Uma intensa movimentação de caminhões e veículos foi registrada na manhã desta segunda. Representantes do Incra, da Polícia Militar, da Polícia Federal, oficiais da justiça estadual e federal também estão no local. A procuradora da república Maria Capucci, que repassou estas informações, enviou mensagem dizendo que “há muita gente chorando”. O local é Quilombo Cambury, no Bairro Cambury, em Ubatuba/SP, divisa Paraty/RJ”.
Enviada por Rebeca Campos Ferreira às 13:08: “URGENTE! Quilombo do Cambury sofre reintegração de posse nesse exato momento, que tira famílias quilombolas de suas áreas tradicionalmente ocupadas. Pede-se divulgação:
“A todos que querem nos ajudar! Explicando melhor: estamos sofrendo uma reintegração de posse de desapropriação de casas das famílias quilombolas; os oficiais de justiça estão querendo cumprir o mandato do juiz da primeira vara de Ubatuba, porém um juiz federal de Caraguatabuba mandou não cumprir, e o daqui de Ubatuba não quer acatar.
As pessoas moradoras do quilombo fizeram uma barreira humana e física, e por falta de efetivo a polícia não invadiu…
por enquanto…
A tentativa no momento é de Incra assumir a posse provisória da área quilombola que está com titulação em trâmite numa câmara da AGU em Brasilia…
O pessoal do Incra/Itesp foram agora para Caragua buscar essa liminar… Mas a comunidade está desesperada… e nos informaram que a presença da mídia ajuda muito!
Se essa liminar passando a posse provisória para o INCRA não sair, eles podem voltar a qq momento com efetivo da tropa de choque e cavalaria… aí não teremos como impedi-los…”.
Enviada por Rebeca Campos Ferreira às 16:25: “Sou antropóloga, pesquisadora do Núcleo de Antropologia do Direito da USP, e assessora de comunidades quilombolas do estado.

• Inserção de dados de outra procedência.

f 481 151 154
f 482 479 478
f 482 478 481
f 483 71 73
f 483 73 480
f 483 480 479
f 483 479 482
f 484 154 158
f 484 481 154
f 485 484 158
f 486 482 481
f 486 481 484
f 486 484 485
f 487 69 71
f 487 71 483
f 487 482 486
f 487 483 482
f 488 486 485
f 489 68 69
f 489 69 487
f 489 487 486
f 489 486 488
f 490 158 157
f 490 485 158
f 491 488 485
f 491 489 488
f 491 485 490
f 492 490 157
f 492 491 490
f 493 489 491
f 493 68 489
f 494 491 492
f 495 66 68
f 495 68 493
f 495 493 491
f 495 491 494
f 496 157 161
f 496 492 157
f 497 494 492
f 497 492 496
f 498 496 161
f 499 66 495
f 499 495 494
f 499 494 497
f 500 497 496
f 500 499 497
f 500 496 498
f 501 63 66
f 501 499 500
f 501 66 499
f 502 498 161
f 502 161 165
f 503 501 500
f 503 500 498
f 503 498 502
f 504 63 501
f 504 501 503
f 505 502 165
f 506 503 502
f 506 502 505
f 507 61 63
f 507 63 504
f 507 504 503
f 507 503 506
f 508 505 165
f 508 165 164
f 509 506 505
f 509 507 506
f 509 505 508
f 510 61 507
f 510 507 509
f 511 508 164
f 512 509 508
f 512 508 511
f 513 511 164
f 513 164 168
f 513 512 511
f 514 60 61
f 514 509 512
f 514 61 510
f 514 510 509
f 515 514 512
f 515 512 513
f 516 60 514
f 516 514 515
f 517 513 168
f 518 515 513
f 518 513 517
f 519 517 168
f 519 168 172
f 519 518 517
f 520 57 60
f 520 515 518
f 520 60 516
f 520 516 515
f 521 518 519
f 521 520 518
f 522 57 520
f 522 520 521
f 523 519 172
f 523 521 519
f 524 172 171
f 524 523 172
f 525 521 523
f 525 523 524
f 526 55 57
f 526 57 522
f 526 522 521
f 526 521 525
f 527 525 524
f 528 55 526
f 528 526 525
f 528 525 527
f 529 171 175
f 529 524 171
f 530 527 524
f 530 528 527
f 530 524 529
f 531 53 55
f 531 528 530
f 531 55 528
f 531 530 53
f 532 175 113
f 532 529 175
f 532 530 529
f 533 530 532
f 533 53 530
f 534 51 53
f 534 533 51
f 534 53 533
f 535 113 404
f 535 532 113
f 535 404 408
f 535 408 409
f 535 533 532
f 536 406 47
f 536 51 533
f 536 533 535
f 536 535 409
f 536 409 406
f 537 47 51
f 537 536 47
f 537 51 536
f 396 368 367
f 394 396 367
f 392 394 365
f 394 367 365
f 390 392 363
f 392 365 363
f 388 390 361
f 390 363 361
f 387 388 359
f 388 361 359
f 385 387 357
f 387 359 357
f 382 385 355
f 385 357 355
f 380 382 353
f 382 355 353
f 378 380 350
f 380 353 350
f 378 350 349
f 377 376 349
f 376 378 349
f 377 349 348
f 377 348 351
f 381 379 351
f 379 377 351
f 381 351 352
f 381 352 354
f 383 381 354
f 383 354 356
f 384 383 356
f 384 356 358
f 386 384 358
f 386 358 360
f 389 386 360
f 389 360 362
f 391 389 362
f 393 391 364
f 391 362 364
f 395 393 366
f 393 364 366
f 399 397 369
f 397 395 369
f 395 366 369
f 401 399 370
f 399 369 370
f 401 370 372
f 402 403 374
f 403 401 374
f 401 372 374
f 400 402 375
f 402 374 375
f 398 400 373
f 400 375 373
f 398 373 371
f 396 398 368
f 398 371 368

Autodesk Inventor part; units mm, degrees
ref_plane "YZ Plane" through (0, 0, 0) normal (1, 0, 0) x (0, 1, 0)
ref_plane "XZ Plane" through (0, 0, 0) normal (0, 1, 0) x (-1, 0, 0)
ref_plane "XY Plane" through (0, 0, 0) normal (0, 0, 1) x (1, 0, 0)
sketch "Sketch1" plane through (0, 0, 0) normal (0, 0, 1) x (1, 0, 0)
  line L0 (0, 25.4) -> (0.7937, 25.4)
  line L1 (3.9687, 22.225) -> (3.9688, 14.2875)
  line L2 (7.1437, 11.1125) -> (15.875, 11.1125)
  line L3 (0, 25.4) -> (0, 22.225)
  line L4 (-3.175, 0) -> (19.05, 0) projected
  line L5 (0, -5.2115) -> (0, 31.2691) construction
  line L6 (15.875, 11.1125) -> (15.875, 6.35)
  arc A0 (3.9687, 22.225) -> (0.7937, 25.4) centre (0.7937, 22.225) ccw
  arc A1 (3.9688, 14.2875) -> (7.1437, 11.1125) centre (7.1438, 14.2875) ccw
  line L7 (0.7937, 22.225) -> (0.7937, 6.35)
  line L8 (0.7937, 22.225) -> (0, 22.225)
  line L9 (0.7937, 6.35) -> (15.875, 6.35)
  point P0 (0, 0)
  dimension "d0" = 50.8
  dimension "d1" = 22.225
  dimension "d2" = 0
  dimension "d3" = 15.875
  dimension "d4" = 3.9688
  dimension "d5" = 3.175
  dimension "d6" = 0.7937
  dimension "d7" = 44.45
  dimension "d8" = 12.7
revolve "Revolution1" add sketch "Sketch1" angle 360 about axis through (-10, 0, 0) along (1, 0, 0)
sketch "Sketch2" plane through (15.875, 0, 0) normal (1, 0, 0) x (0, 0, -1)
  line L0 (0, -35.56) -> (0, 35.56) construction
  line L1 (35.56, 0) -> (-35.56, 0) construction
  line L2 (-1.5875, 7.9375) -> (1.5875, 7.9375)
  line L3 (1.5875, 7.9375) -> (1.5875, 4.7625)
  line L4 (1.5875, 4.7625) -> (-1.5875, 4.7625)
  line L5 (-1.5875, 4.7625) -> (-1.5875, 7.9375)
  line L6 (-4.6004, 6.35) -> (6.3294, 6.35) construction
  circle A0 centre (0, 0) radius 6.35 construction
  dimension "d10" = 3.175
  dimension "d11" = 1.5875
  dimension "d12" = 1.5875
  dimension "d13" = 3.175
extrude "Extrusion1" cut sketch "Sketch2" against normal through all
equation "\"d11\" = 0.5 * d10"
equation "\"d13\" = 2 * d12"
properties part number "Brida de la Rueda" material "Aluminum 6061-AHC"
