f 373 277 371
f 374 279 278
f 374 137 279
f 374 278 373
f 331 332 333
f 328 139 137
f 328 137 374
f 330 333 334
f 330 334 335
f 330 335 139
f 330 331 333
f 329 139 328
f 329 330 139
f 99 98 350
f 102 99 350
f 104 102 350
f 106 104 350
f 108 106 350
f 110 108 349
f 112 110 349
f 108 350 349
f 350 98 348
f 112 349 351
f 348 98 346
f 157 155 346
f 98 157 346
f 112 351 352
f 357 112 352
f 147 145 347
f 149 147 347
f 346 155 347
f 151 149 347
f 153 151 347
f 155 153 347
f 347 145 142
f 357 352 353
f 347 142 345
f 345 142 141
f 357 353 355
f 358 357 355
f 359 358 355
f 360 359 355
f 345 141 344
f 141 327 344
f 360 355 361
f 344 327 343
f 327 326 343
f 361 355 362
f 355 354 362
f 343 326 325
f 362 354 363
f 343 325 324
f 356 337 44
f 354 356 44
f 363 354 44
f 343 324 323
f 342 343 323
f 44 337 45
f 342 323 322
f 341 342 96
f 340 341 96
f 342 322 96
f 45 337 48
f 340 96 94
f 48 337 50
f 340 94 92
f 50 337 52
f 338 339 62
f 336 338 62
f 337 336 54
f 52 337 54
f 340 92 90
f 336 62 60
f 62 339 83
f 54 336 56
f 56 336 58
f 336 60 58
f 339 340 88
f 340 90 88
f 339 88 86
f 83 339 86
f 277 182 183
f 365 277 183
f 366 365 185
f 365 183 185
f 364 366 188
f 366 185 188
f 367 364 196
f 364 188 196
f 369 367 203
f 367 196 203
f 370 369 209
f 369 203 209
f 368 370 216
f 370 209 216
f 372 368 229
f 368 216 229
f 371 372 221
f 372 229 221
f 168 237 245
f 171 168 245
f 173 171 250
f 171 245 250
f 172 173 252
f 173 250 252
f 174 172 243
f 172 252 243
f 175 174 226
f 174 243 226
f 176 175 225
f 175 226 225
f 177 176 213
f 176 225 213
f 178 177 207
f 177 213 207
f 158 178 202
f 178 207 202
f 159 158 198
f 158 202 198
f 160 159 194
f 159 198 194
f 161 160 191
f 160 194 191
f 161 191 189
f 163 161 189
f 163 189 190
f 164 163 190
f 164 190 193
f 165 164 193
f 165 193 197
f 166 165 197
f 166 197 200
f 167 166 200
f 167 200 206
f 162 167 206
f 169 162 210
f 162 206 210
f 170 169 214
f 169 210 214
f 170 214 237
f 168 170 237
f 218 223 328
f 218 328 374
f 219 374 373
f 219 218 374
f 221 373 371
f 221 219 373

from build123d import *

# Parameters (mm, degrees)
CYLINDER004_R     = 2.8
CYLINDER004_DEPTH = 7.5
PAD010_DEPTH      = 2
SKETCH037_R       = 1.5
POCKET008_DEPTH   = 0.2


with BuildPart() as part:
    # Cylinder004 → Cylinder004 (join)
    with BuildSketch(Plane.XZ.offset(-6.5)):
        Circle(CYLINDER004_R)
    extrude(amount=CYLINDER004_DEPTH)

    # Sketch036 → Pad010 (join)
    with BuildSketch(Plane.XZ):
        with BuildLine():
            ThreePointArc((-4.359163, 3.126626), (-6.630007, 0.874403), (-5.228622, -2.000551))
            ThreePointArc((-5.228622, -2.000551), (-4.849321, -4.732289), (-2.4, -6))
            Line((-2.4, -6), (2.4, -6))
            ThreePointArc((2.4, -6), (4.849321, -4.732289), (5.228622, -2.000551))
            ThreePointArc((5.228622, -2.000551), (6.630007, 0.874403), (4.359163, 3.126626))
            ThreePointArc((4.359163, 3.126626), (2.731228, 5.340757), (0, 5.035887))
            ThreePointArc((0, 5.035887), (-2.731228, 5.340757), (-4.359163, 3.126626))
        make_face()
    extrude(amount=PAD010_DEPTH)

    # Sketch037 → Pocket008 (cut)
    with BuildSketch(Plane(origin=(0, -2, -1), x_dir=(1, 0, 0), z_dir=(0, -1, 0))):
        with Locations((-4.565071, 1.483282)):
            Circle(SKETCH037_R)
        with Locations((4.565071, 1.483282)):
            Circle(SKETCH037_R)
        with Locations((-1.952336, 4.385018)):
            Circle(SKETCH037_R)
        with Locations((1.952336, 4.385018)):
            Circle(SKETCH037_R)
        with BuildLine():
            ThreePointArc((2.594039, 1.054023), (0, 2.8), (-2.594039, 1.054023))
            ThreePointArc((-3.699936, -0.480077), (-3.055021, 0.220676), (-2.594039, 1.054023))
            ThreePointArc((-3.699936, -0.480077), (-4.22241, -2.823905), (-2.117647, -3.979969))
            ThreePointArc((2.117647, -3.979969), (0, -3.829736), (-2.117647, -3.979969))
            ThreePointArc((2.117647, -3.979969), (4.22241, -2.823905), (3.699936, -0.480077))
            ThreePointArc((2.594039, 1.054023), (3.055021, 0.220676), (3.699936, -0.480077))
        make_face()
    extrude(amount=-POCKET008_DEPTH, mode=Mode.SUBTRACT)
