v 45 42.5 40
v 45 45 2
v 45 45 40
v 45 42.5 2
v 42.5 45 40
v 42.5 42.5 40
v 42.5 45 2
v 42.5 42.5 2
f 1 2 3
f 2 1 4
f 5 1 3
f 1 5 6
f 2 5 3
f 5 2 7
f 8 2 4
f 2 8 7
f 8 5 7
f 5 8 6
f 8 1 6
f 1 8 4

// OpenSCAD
// DIY magnetic stirrer housing - print orientation (upside down)
// Units: mm. Print orientation: top plate on bed (z = 0), walls rise to z = 40.

// ---------------- Parameters ----------------
plate_t      = 2;     // top plate thickness
wall_t       = 2.5;   // wall thickness
box_h        = 40;    // total height of box (open top at z = box_h)
outer_x      = 90;    // outer size in X
outer_y      = 90;    // outer size in Y
screw_d      = 4.5;   // M4 screw hole diameter
screw_pitch  = 71.5;  // square pitch of screw holes (centre to centre)
notch_w      = 12;    // cable notch width (along wall)
notch_depth  = 8;     // notch depth from open edge (z = box_h - notch_depth)
eps          = 0.5;   // cutter overshoot past faces

$fn = 96;

// ---------------- Model ----------------
difference() {
    // Main box body: solid block with open top
    translate([-outer_x/2, -outer_y/2, 0])
        cube([outer_x, outer_y, box_h]);

    // Top plate (thick, forms the stirring surface when flipped)
    translate([-outer_x/2, -outer_y/2, 0])
        cube([outer_x, outer_y, plate_t]);

    // Four walls, each with a small window cut near the open top
    // Wall along +X, running Y - to +
    translate([-outer_x/2 + wall_t, -outer_y/2, 0])
        cube([outer_x - 2*wall_t, outer_y, box_h]);

    // Wall along -X, running Y - to +
    translate([-outer_x/2, -outer_y/2, 0])
        cube([outer_x - 2*wall_t, outer_y, box_h]);

    // Wall along +Y, running X - to +
    translate([-outer_x/2, -outer_y/2 + wall_t, 0])
        cube([outer_x, outer_y - 2*wall_t, box_h]);

    // Wall along -Y, running X - to +
    translate([-outer_x/2, -outer_y/2, 0])
        cube([outer_x, outer_y - 2*wall_t, box_h]);

    // Screw holes through the top plate, on a centred square pattern
    for (i = [0:3]) {
        rotate([0, 0, i*90])
            translate([0, 0, -eps])
                cylinder(d = screw_d, h = plate_t + 2*eps);
    }

    // Cable notch in one wall: 12 mm wide, centred along the wall,
    // reaching 8 mm down from the open edge (z = 32 to z = 40)
    translate([-outer_x/2 + wall_t, -outer_y/2 + outer_y/2 - notch_w/2,
               box_h - notch_depth])
        cube([notch_w, outer_y - 2*wall_t, notch_depth]);
}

Uma das comunidades, quilombo do Cambury, localizado em Ubatuba, está nesse exato momento sofrendo com uma ação de reintegração de posse que tira a comunidade de suas terras tradicionalmente ocupadas.
O oficial de justiça e a Polícia Militar encontram-se no quilombo, desde antes do almoço, e a comunidade resiste com barreiras humanas e físicas. Por falta de contingente, a PM não avançou.
Entrei em contato com os diversos órgãos envolvidos com processos de reconhecimento e titulação de comunidades remanescentes de quilombo (MPF, INCRA, Fundação Palmares), e eles estão a caminho, porém o juiz mantem-se irredutível com relação a liminar da reintegração de posse. Caso não suspenda, a comunidade será retirada com força policial ainda nessa tarde. Já me coloco a caminho de lá também.
O Quilombo Cambury está sofrendo uma reintegração de posse do espaço comunitário Escolinha Jambeiro, Ponto de Cultura e Sede da Associação Remanescentes de Quilombo do Cambury, e diversas casas de quilombolas localizada na Barra do Cambury.
A ação foi movida por Charlotte Lina Alexandra Bento de Carvalho, esposa do falecido João Bento de Carvalho, contra o Sr. Genesio dos Santos, processo que está na 1ª Vara da Comarca de Ubatuba 69/1976, número do processo 00031519768260642. O último julgamento da estância federal de Taubaté deu a veredito o Juiz de Direito Eduardo Passos Bhering Cardoso contra a própria Comunidade de Quilombos do Cambury. O processo de titulação da comunidade esta na Câmara Conciliadora de Brasilia, por um processo que o ICMBIO move pedindo parte da área quilombola. Enquanto esse processo não é julgado estão à mercê de invasores e posseiros que tentam desarticular a comunidade, movendo ações para desapropriar os quilombolas.
A ação de reintegração de posse nº 0000003-15.1976.8.26.0642 foi ajuizada na Justiça Estadual em 1976 e transitou em julgado em 1984, mas não chegou a ser cumprida, apesar das várias tentativas. Em 2000, por meio de inquérito civil público, o MPF começou a acompanhar o processo de reconhecimento da comunidade do Cambury nos âmbitos estadual e federal e passou a atuar em defesa do respeito às atividades econômicas tradicionais dos quilombolas e caiçaras e dos direitos de acesso a saúde, saneamento, locomoção e educação.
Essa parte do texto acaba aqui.